■ **ACTION ITEM**:
Give the lines below again exactly, starting with the line that holds "#270=ORIENTED_EDGE('',*,*,#203,.F.);" and going on through the line that holds "#16=DIRECTION('',(0.,1.,0.));".

+++

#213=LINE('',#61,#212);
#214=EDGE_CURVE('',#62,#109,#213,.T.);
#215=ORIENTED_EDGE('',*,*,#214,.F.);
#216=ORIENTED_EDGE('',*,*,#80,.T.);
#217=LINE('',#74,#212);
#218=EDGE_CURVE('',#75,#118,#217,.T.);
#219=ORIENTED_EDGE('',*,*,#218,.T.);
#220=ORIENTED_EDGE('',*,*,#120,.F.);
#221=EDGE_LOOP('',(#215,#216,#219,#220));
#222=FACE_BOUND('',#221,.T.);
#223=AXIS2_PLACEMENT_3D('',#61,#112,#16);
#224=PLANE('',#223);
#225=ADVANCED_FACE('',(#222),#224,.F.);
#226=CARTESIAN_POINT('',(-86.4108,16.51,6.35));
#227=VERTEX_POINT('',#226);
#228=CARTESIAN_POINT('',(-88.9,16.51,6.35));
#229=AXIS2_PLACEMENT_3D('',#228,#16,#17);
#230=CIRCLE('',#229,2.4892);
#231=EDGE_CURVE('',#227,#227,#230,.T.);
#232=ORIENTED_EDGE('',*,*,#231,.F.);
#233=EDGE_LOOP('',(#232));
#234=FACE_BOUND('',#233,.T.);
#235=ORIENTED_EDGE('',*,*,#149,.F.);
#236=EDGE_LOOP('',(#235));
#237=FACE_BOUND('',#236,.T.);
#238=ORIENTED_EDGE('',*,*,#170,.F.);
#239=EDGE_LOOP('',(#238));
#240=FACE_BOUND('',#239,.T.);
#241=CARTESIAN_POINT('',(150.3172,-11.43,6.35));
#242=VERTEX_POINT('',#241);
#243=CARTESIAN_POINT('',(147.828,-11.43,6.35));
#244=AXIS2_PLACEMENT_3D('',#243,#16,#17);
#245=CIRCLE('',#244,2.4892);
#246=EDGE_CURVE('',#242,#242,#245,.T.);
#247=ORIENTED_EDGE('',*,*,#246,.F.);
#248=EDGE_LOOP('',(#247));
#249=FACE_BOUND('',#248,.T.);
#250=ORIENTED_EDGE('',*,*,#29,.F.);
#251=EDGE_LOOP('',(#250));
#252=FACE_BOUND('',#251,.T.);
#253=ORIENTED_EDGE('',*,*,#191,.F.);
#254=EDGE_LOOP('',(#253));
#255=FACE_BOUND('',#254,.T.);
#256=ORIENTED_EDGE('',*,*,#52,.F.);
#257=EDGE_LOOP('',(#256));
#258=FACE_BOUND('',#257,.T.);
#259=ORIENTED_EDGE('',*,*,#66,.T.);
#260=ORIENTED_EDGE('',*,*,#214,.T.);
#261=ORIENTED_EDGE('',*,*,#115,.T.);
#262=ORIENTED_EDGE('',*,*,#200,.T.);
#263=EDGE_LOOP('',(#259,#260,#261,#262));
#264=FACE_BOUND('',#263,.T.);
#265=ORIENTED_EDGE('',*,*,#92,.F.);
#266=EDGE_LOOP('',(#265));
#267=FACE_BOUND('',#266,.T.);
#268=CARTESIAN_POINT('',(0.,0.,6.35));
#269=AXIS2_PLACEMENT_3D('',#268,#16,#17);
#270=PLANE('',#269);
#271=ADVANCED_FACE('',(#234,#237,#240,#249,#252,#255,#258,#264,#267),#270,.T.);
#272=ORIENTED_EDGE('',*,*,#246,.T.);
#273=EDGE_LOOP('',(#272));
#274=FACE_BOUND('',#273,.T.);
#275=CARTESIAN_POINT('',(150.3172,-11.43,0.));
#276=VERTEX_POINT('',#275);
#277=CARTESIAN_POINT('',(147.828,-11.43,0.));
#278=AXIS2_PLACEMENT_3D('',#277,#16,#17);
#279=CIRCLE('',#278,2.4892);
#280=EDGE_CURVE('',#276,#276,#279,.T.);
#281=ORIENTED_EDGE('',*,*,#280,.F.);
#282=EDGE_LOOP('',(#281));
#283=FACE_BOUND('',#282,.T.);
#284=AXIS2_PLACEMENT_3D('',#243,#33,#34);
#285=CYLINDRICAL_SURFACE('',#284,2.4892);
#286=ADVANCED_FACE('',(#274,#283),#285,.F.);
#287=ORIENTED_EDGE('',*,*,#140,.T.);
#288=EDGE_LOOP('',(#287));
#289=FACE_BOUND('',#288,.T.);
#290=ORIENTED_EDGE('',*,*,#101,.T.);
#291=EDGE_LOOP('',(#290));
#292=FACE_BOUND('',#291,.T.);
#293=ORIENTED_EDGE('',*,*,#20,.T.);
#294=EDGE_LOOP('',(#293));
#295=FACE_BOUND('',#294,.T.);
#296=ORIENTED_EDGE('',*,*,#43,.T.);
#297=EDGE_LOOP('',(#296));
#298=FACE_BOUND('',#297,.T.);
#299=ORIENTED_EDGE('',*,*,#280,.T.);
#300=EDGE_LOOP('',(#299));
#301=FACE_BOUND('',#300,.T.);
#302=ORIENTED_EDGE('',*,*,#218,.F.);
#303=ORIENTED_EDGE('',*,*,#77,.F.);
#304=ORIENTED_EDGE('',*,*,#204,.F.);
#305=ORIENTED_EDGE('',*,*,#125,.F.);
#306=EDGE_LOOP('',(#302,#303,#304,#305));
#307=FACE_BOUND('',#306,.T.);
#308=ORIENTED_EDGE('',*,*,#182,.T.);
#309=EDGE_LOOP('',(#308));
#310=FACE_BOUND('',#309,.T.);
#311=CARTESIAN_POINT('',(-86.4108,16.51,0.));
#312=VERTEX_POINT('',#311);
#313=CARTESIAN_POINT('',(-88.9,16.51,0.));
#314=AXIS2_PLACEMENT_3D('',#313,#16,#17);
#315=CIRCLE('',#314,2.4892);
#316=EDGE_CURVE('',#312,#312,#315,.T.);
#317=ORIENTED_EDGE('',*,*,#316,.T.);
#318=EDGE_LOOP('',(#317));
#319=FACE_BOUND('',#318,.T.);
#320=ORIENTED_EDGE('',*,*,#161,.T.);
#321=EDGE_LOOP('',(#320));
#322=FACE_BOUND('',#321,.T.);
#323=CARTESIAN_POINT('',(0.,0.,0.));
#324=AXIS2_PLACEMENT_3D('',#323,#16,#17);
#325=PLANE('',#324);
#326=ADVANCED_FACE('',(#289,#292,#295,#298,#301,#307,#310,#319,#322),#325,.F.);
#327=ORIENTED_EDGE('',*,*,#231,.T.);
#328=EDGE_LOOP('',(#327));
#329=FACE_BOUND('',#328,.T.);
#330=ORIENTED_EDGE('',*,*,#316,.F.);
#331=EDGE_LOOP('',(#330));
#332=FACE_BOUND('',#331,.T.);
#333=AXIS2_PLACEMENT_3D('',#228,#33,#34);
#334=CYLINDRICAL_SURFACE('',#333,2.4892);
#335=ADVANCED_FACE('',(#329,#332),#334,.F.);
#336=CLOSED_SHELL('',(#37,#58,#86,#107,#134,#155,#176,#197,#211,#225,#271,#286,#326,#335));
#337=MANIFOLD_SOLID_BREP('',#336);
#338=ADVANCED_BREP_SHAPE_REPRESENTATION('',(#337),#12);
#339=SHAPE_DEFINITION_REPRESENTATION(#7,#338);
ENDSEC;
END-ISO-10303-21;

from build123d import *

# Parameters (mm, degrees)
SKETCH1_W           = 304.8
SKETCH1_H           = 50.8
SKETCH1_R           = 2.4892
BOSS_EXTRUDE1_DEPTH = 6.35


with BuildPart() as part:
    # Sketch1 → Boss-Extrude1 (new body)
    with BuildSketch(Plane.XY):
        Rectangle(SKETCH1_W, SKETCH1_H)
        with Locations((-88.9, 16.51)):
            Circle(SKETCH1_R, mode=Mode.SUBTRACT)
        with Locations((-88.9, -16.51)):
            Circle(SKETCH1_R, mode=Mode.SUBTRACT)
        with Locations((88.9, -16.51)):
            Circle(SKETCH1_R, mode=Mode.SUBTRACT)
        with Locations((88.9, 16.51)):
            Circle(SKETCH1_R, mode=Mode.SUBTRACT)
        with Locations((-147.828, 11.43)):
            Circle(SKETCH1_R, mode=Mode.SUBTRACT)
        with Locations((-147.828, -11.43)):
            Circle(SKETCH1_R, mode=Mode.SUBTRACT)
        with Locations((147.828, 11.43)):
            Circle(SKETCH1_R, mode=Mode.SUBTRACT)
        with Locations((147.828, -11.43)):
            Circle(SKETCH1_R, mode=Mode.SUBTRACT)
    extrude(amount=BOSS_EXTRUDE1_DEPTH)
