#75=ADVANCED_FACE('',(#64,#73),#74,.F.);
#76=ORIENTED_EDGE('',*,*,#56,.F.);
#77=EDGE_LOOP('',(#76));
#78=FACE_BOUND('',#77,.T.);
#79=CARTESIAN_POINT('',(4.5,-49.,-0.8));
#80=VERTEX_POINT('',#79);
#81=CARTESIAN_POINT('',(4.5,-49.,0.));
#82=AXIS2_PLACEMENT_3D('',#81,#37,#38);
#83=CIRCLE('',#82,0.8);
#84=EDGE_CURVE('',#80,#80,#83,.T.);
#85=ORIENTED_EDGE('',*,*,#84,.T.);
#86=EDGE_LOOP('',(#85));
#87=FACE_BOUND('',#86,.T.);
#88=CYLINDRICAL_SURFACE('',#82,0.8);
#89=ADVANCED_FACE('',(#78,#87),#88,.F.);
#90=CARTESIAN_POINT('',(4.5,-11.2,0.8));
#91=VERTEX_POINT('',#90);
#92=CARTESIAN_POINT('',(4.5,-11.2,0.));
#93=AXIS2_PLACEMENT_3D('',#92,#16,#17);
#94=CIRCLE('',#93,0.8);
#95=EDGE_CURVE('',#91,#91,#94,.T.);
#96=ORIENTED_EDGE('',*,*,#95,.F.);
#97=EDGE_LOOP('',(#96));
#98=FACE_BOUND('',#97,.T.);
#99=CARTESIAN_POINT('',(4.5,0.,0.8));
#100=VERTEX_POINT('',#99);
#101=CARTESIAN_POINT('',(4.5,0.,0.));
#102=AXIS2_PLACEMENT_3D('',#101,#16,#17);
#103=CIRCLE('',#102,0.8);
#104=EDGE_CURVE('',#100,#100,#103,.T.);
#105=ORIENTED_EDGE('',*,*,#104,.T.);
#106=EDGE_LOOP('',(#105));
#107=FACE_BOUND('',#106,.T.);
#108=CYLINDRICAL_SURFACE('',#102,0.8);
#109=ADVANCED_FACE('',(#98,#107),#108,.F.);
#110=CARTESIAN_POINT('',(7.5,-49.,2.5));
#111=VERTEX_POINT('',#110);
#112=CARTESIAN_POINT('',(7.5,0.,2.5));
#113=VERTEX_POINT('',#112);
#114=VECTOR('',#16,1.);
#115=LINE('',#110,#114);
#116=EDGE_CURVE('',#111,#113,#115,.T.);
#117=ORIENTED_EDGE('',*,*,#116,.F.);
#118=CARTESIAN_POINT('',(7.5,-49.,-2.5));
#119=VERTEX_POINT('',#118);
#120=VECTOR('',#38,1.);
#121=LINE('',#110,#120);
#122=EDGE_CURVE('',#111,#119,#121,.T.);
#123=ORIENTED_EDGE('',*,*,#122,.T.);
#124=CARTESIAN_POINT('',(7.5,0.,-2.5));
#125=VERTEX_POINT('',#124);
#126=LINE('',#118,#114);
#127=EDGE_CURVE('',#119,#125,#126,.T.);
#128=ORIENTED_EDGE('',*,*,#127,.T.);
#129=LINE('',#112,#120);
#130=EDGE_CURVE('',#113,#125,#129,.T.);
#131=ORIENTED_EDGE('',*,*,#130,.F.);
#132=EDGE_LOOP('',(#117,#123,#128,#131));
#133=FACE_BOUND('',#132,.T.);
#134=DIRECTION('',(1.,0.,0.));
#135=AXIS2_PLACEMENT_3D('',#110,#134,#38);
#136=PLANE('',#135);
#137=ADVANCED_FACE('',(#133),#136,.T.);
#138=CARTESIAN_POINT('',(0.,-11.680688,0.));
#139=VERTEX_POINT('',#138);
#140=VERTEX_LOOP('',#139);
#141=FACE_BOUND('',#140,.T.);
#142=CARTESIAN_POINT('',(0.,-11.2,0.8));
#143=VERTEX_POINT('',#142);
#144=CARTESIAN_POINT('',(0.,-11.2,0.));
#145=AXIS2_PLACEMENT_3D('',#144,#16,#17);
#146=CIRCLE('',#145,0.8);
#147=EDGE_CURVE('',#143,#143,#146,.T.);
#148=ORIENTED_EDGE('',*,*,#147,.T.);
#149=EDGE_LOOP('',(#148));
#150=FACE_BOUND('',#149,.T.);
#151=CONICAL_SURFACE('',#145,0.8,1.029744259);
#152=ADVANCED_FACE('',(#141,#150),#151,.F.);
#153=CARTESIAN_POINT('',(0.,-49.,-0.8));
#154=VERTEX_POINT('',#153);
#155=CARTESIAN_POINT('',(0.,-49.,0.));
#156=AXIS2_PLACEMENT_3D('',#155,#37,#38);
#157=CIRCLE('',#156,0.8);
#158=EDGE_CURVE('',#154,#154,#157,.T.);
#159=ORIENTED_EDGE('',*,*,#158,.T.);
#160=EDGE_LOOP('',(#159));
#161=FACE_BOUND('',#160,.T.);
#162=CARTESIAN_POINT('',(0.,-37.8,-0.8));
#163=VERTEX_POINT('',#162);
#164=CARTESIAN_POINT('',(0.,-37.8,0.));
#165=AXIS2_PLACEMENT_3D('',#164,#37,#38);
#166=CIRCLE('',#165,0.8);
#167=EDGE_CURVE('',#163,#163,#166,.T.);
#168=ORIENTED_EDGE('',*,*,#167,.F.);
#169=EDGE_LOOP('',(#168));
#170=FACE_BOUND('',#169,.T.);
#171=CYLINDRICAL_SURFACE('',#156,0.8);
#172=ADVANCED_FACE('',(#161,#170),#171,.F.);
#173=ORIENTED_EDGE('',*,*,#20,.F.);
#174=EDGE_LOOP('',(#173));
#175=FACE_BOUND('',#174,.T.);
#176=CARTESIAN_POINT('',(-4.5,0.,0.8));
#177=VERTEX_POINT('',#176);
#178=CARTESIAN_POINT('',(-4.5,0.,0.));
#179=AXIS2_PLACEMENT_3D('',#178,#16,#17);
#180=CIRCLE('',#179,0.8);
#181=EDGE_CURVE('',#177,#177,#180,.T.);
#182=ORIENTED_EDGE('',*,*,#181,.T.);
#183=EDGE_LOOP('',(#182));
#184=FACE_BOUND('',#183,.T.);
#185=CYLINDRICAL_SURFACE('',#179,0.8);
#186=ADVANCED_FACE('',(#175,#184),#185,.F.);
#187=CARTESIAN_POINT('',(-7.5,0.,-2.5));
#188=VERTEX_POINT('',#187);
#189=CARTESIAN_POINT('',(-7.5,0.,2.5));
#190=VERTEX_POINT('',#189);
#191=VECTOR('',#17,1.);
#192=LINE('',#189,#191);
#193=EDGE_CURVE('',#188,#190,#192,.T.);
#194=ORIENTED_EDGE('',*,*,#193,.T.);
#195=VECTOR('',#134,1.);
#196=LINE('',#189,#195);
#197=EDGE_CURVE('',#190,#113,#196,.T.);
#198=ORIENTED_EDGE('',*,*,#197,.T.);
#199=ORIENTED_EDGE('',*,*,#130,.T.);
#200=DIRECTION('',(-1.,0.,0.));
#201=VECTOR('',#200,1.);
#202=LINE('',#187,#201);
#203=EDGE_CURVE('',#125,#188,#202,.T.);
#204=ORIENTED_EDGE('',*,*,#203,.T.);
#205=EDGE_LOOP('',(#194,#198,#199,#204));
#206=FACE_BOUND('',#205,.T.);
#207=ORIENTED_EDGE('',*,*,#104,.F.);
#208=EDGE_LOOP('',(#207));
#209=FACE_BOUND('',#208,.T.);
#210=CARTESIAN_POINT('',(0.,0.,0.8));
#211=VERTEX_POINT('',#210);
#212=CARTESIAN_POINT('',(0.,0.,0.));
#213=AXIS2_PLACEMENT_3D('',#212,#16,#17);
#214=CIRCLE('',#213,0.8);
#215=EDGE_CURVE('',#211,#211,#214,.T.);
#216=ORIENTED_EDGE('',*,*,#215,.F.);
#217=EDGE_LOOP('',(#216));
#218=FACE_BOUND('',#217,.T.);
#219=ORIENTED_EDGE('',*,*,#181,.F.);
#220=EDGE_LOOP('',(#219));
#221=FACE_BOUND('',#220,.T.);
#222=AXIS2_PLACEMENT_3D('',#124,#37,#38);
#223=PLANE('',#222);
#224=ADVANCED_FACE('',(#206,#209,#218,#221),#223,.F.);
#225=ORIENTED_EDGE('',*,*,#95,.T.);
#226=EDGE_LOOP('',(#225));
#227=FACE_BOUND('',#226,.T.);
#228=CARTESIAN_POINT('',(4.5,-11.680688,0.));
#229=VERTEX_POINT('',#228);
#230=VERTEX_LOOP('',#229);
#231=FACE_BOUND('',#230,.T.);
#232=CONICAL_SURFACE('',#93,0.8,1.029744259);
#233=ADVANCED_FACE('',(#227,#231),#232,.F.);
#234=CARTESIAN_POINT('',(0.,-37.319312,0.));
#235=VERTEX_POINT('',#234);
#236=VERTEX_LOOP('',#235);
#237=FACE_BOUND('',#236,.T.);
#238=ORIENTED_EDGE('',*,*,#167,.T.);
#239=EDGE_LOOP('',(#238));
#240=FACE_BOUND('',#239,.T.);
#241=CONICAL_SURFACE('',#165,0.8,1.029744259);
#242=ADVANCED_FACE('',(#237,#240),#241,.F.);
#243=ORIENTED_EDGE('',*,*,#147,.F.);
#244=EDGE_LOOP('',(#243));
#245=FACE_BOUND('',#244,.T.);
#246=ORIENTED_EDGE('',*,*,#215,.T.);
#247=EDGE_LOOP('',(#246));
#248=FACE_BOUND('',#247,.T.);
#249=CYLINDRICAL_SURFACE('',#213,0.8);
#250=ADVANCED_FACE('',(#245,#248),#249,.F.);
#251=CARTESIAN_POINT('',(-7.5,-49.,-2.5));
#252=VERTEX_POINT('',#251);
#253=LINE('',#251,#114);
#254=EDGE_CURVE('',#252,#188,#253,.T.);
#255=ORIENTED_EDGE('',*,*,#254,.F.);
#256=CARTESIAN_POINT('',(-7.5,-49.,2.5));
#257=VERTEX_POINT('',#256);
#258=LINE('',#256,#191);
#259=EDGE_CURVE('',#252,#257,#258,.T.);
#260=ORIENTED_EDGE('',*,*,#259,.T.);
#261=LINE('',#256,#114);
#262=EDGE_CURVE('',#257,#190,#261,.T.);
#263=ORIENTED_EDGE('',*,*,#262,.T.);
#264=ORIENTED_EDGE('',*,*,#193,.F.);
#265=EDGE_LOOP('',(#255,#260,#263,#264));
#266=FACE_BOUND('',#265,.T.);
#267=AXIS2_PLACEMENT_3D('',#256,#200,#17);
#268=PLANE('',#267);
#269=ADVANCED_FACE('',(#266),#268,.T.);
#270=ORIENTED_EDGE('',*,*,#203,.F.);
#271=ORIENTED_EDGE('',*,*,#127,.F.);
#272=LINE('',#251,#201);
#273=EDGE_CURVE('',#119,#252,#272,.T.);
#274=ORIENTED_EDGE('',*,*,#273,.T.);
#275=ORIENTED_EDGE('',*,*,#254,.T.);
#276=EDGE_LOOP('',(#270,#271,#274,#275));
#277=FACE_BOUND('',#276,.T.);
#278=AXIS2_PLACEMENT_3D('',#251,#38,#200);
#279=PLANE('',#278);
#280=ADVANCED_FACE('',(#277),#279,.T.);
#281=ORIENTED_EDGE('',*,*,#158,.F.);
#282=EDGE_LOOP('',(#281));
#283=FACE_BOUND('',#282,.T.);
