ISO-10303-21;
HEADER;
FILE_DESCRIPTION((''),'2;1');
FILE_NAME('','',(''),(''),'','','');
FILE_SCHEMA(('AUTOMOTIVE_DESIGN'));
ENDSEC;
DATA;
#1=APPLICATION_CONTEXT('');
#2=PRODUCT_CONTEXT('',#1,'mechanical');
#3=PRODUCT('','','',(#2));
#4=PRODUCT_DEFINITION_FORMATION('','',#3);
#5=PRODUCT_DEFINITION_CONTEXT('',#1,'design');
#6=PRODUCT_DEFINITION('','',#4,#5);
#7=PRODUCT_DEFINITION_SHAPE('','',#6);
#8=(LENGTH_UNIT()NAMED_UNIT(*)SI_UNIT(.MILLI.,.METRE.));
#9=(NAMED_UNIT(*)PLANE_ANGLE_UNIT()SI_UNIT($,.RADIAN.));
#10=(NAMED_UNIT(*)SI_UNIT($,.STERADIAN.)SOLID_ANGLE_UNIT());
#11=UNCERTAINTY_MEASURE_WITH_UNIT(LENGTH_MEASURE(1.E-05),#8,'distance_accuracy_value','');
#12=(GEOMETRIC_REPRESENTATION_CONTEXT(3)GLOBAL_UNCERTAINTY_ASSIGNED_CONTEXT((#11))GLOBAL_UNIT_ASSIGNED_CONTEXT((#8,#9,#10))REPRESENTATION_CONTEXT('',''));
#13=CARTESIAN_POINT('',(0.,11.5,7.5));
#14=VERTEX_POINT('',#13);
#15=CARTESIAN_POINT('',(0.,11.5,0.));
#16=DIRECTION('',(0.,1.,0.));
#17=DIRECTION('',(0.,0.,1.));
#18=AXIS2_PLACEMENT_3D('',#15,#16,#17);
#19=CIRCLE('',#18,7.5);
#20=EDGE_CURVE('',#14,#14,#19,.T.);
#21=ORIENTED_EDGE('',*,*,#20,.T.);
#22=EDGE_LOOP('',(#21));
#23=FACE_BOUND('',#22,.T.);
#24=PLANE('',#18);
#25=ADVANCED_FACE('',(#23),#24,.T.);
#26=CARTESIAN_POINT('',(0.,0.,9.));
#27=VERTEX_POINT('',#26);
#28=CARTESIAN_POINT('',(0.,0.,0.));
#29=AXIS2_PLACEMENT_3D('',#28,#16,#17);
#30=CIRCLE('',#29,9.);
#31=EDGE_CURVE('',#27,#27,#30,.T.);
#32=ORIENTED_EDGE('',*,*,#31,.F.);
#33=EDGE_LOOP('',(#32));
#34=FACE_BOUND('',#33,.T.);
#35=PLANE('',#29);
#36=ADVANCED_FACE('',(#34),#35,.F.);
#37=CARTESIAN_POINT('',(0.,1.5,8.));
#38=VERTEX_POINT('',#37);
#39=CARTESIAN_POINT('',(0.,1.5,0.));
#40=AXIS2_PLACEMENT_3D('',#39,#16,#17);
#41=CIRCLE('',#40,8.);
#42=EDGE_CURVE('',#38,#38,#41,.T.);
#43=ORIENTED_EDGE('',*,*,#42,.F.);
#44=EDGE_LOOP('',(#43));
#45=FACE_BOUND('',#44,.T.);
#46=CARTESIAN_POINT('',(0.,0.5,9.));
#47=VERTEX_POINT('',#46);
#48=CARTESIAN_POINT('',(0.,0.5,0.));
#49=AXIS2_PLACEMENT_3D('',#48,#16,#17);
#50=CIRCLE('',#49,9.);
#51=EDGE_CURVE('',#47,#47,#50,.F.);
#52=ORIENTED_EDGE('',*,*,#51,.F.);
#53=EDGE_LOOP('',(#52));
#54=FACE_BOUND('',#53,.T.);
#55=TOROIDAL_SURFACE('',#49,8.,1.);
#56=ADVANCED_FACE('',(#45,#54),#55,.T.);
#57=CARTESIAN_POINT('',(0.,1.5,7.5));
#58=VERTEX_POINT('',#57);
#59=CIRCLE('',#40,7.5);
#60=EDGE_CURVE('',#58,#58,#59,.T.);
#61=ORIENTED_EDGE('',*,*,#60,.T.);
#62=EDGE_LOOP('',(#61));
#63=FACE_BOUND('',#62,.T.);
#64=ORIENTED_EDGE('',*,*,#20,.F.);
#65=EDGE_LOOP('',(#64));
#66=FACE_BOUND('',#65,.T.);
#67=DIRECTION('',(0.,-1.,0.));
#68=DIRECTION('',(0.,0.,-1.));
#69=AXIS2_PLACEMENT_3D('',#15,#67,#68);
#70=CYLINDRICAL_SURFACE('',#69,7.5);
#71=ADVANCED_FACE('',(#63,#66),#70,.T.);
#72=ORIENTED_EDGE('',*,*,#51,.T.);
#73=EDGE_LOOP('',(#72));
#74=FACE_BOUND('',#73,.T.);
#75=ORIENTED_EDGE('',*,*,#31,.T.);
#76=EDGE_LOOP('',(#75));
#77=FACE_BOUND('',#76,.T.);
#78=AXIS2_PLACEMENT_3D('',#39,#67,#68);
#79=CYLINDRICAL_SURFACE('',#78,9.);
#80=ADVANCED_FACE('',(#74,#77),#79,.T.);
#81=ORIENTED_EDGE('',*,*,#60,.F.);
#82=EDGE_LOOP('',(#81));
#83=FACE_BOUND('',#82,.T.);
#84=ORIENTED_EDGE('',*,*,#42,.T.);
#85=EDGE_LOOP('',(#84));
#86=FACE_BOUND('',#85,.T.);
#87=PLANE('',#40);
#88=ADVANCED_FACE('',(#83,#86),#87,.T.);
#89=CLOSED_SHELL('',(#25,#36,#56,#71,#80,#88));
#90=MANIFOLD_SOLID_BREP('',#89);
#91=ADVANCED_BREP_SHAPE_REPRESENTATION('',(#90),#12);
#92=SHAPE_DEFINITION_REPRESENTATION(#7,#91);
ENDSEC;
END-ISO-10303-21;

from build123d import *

# Parameters (mm, degrees)
ESBO_O1_R                = 9
RESSALTO_EXTRUS_O1_DEPTH = 1.5
FILETE1_R                = 1
ESBO_O2_R                = 7.5
RESSALTO_EXTRUS_O2_DEPTH = 10


with BuildPart() as part:
    # Esboço1 → Ressalto-extrusão1 (new body)
    with BuildSketch(Plane(origin=(0, 0, 0), x_dir=(1, 0, 0), z_dir=(0, 1, 0))):
        with Locations(Location((0, 0, 0), (0, 0, 270))):
            Circle(ESBO_O1_R)
    extrude(amount=RESSALTO_EXTRUS_O1_DEPTH)

    # Filete1
    filete1_edges = [part.edges().sort_by_distance(p)[0] for p in [
        (0, 1.5, -9),
    ]]
    fillet(filete1_edges, radius=FILETE1_R)

    # Esboço2 → Ressalto-extrusão2 (add)
    with BuildSketch(Plane(origin=(0, 1.5, 0), x_dir=(1, 0, 0), z_dir=(0, 1, 0))):
        with Locations(Location((0, 0, 0), (0, 0, 270))):
            Circle(ESBO_O2_R)
    extrude(amount=RESSALTO_EXTRUS_O2_DEPTH)


solid = part.part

+++

■ **ANSWER SECTION**:
#270=ORIENTED_EDGE('',*,*,#203,.F.);
#271=ORIENTED_EDGE('',*,*,#127,.F.);
#272=LINE('',#251,#201);
#273=EDGE_CURVE('',#119,#252,#272,.T.);
#274=ORIENTED_EDGE('',*,*,#273,.T.);
#275=ORIENTED_EDGE('',*,*,#254,.T.);
#276=EDGE_LOOP('',(#270,#271,#274,#275));
#277=FACE_BOUND('',#276,.T.);
#278=AXIS2_PLACEMENT_3D('',#251,#38,#200);
#279=PLANE('',#278);
#280=ADVANCED_FACE('',(#277),#279,.T.);
#281=ORIENTED_EDGE('',*,*,#158,.F.);
#282=EDGE_LOOP('',(#281));
#283=FACE_BOUND('',#282,.T.);
ISO-10303-21;
HEADER;
FILE_DESCRIPTION((''),'2;1');
FILE_NAME('','',(''),(''),'','','');
FILE_SCHEMA(('AUTOMOTIVE_DESIGN'));
ENDSEC;
DATA;
#1=APPLICATION_CONTEXT('');
#2=PRODUCT_CONTEXT('',#1,'mechanical');
#3=PRODUCT('','','',(#2));
#4=PRODUCT_DEFINITION_FORMATION('','',#3);
#5=PRODUCT_DEFINITION_CONTEXT('',#1,'design');
#6=PRODUCT_DEFINITION('','',#4,#5);
#7=PRODUCT_DEFINITION_SHAPE('','',#6);
#8=(LENGTH_UNIT()NAMED_UNIT(*)SI_UNIT(.MILLI.,.METRE.));
#9=(NAMED_UNIT(*)PLANE_ANGLE_UNIT()SI_UNIT($,.RADIAN.));
#10=(NAMED_UNIT(*)SI_UNIT($,.STERADIAN.)SOLID_ANGLE_UNIT());
#11=UNCERTAINTY_MEASURE_WITH_UNIT(LENGTH_MEASURE(1.E-05),#8,'distance_accuracy_value','');
#12=(GEOMETRIC_REPRESENTATION_CONTEXT(3)GLOBAL_UNCERTAINTY_ASSIGNED_CONTEXT((#11))GLOBAL_UNIT_ASSIGNED_CONTEXT((#8,#9,#10))REPRESENTATION_CONTEXT('',''));
#13=CARTESIAN_POINT('',(0.,11.5,7.5));
#14=VERTEX_POINT('',#13);
#15=CARTESIAN_POINT('',(0.,11.5,0.));
#16=DIRECTION('',(0.,1.,0.));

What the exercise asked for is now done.